INFORMATION SUPPLIED: Begin

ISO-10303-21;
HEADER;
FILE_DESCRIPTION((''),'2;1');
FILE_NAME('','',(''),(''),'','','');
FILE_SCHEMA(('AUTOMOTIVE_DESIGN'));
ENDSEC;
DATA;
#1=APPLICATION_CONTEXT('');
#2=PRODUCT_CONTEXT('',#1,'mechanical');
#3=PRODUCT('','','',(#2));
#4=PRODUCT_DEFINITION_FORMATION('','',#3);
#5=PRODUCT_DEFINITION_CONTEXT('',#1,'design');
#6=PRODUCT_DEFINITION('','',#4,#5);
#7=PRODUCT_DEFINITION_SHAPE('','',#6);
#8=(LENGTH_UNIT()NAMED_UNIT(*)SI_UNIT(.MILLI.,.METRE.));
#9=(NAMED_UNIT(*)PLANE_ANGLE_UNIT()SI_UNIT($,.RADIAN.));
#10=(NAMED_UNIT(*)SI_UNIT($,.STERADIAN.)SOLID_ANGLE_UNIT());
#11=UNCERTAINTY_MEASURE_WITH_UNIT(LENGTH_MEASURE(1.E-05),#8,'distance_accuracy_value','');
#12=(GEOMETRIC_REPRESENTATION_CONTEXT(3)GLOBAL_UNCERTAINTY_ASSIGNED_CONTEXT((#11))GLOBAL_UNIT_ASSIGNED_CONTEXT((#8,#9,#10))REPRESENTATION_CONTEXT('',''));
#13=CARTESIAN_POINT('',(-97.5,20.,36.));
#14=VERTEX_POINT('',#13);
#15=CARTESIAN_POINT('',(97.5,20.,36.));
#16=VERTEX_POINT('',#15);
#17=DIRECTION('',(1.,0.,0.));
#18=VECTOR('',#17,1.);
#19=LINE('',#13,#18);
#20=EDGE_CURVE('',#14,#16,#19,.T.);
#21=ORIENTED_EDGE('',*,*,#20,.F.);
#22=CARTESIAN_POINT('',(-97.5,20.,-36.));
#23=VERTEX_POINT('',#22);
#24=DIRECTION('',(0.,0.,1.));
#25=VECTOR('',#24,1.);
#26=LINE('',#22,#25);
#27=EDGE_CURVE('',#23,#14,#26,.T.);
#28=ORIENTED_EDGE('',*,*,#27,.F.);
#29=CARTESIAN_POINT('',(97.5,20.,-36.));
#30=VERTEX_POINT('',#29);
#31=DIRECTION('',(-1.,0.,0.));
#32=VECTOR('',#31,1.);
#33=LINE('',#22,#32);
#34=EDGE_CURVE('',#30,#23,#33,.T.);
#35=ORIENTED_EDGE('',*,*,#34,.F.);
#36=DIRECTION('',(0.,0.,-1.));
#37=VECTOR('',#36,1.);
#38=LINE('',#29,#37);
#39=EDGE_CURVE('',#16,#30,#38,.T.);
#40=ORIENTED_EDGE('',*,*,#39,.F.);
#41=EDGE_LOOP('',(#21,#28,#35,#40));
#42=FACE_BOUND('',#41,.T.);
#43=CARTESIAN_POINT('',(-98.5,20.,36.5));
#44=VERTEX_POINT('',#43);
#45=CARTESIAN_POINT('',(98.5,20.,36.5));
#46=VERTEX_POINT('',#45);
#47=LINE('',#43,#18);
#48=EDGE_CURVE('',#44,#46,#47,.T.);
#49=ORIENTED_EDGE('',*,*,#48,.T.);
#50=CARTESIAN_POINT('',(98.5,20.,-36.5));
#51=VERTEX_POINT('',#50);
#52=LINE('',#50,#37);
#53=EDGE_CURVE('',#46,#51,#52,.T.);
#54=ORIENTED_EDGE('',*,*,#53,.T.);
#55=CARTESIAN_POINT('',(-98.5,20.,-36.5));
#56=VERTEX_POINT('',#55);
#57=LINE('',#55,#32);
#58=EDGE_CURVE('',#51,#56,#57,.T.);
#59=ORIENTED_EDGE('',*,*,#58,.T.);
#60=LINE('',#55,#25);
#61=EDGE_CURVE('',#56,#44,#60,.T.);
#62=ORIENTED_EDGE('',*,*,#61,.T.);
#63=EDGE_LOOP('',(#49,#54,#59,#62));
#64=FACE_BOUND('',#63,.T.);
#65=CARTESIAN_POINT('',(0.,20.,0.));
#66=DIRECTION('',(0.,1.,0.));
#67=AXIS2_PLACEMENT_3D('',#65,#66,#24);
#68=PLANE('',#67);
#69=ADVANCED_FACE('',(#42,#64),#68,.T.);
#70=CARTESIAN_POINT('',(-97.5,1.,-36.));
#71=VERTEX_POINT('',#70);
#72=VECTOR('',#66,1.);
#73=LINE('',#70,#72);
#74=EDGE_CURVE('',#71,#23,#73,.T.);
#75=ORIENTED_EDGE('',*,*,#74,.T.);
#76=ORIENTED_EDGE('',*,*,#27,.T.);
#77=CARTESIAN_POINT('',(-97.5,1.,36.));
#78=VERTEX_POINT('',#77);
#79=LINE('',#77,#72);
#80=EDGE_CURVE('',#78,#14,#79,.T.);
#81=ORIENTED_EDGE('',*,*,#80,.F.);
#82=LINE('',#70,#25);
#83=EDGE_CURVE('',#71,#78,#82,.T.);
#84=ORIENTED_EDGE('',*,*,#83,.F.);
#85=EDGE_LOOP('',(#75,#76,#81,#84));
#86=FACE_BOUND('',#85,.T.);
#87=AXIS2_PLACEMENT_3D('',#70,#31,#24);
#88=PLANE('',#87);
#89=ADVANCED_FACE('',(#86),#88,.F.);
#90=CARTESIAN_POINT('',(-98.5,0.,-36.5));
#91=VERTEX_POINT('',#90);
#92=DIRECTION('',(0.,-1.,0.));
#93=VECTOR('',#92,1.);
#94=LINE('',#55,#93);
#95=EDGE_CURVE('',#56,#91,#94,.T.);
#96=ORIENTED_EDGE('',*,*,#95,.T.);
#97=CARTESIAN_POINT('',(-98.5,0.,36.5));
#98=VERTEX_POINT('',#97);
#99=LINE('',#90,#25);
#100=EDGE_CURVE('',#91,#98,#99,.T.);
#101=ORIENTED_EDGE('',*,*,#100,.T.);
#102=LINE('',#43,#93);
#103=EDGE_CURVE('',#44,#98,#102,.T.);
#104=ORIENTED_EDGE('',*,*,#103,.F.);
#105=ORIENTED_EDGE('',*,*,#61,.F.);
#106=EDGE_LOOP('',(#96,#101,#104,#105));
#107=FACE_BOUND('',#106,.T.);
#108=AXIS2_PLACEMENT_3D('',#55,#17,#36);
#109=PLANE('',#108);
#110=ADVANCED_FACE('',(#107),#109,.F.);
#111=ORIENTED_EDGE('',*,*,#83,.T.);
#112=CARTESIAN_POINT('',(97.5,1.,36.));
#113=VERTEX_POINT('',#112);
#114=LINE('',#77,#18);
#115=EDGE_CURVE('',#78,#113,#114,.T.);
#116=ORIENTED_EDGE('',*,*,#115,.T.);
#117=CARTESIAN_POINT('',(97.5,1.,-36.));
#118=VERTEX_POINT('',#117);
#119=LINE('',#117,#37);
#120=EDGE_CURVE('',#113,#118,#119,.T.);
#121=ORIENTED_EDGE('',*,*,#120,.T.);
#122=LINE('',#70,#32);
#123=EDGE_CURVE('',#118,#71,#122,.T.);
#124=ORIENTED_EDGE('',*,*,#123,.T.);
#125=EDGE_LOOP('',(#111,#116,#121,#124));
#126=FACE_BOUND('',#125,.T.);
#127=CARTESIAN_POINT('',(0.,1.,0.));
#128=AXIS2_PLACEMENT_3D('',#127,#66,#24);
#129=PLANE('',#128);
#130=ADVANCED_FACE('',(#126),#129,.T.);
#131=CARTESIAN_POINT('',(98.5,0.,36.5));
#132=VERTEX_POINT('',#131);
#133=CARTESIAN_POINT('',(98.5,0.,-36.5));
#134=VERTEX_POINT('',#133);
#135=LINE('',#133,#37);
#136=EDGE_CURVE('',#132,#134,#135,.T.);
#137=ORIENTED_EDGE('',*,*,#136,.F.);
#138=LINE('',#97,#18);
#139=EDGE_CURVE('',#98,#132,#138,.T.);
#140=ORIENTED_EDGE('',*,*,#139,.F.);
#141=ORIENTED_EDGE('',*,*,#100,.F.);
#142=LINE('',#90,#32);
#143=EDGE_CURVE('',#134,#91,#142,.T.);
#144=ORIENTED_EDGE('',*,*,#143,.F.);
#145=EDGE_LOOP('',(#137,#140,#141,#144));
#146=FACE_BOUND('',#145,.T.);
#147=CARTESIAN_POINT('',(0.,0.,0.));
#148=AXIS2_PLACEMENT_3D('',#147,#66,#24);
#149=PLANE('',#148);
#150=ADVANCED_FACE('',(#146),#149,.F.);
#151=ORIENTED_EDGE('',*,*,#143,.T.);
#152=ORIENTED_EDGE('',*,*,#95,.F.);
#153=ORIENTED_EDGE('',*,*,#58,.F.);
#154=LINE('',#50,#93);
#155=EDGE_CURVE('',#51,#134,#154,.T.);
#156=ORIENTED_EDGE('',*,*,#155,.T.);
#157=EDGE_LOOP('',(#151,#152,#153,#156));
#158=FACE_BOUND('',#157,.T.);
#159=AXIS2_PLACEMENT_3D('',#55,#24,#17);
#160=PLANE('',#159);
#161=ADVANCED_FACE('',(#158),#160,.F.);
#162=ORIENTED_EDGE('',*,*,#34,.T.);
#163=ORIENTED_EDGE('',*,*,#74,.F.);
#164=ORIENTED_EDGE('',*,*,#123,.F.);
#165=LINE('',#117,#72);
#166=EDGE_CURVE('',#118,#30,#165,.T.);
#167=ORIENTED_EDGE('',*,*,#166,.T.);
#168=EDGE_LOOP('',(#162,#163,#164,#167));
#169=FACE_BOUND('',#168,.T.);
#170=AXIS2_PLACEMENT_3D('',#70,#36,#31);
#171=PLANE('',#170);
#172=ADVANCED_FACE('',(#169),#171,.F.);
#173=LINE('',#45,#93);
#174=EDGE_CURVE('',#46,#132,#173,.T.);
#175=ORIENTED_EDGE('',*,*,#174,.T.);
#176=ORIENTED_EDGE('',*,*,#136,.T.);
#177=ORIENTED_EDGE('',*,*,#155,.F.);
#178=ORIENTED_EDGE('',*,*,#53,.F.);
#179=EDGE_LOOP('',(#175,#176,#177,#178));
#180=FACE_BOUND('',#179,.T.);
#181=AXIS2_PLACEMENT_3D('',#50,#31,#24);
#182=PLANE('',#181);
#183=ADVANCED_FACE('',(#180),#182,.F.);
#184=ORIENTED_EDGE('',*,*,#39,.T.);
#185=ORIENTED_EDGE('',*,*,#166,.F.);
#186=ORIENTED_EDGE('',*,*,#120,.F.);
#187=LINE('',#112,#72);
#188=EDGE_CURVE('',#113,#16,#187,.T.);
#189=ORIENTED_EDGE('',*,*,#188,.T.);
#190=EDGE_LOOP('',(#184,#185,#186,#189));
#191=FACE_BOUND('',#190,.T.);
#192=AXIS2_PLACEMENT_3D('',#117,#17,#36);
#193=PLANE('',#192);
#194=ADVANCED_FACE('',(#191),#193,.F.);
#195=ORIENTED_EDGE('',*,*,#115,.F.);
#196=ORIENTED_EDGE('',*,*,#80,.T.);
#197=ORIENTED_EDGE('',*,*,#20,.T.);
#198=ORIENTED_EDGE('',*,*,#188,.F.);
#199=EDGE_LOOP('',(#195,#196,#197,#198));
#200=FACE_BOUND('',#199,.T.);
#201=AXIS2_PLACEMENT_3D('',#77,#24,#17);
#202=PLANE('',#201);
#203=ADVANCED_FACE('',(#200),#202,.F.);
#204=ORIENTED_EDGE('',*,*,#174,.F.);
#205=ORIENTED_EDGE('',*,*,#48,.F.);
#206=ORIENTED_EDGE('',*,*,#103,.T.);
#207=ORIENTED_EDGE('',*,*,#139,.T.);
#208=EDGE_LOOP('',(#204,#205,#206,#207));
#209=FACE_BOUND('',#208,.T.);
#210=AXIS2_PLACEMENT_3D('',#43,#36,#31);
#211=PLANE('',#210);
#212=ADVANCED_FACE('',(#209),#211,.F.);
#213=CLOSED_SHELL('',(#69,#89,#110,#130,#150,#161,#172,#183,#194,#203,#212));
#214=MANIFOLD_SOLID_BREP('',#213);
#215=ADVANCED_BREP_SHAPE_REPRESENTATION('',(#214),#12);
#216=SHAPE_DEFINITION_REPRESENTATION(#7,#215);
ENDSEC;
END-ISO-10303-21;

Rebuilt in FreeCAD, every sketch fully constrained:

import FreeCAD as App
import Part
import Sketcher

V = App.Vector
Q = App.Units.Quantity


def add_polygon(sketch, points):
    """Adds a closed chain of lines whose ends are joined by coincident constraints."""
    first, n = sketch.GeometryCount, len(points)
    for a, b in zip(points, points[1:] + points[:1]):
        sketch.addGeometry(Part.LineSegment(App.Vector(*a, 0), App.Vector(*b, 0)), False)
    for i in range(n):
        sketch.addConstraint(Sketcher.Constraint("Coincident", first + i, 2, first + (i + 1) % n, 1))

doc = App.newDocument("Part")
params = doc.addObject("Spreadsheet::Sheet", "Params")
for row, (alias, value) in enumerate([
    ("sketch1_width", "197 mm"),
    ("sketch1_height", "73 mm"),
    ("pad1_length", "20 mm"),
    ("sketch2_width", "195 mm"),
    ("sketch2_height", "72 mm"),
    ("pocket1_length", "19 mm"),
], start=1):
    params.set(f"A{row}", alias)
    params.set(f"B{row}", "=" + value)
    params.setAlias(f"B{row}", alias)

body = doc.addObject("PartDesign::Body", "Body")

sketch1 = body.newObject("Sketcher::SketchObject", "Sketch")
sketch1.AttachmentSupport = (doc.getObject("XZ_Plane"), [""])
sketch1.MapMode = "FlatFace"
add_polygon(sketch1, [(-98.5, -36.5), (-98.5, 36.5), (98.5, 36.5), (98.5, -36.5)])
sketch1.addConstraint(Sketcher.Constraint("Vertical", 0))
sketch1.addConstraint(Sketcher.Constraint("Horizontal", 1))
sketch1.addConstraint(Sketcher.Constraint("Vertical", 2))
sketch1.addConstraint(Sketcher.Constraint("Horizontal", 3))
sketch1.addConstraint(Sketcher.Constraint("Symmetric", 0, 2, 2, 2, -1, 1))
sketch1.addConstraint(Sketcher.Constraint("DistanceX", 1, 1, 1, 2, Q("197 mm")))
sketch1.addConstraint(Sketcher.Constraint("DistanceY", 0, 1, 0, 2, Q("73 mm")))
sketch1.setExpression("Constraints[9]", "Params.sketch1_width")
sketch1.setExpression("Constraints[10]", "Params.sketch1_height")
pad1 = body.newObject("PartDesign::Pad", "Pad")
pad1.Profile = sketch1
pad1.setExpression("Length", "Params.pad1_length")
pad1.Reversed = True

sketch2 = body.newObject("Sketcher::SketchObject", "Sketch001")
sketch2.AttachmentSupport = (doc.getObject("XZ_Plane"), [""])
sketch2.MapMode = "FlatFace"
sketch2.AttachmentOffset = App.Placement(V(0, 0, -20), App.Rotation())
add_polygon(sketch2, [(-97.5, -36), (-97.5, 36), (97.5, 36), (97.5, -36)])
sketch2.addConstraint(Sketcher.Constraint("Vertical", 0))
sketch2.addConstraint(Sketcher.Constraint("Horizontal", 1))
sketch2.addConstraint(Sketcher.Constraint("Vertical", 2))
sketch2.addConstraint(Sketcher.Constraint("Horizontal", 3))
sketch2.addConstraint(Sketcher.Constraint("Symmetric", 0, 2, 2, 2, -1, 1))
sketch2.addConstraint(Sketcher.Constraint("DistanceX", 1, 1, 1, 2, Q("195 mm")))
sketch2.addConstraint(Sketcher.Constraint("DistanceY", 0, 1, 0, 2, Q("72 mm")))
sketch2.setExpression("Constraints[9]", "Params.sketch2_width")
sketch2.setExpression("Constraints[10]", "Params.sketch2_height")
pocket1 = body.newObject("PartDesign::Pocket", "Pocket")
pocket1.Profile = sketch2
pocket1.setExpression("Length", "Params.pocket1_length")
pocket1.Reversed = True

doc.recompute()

INFORMATION SUPPLIED: End

# WORK REQUEST
Set the entries down again exactly, beginning with their first line and ending with the line that contains "#4=PRODUCT_DEFINITION_FORMATION('','',#3);"; omit all other lines.

# WRITTEN ANSWER
ISO-10303-21;
HEADER;
FILE_DESCRIPTION((''),'2;1');
FILE_NAME('','',(''),(''),'','','');
FILE_SCHEMA(('AUTOMOTIVE_DESIGN'));
ENDSEC;
DATA;
#1=APPLICATION_CONTEXT('');
#2=PRODUCT_CONTEXT('',#1,'mechanical');
#3=PRODUCT('','','',(#2));
#4=PRODUCT_DEFINITION_FORMATION('','',#3);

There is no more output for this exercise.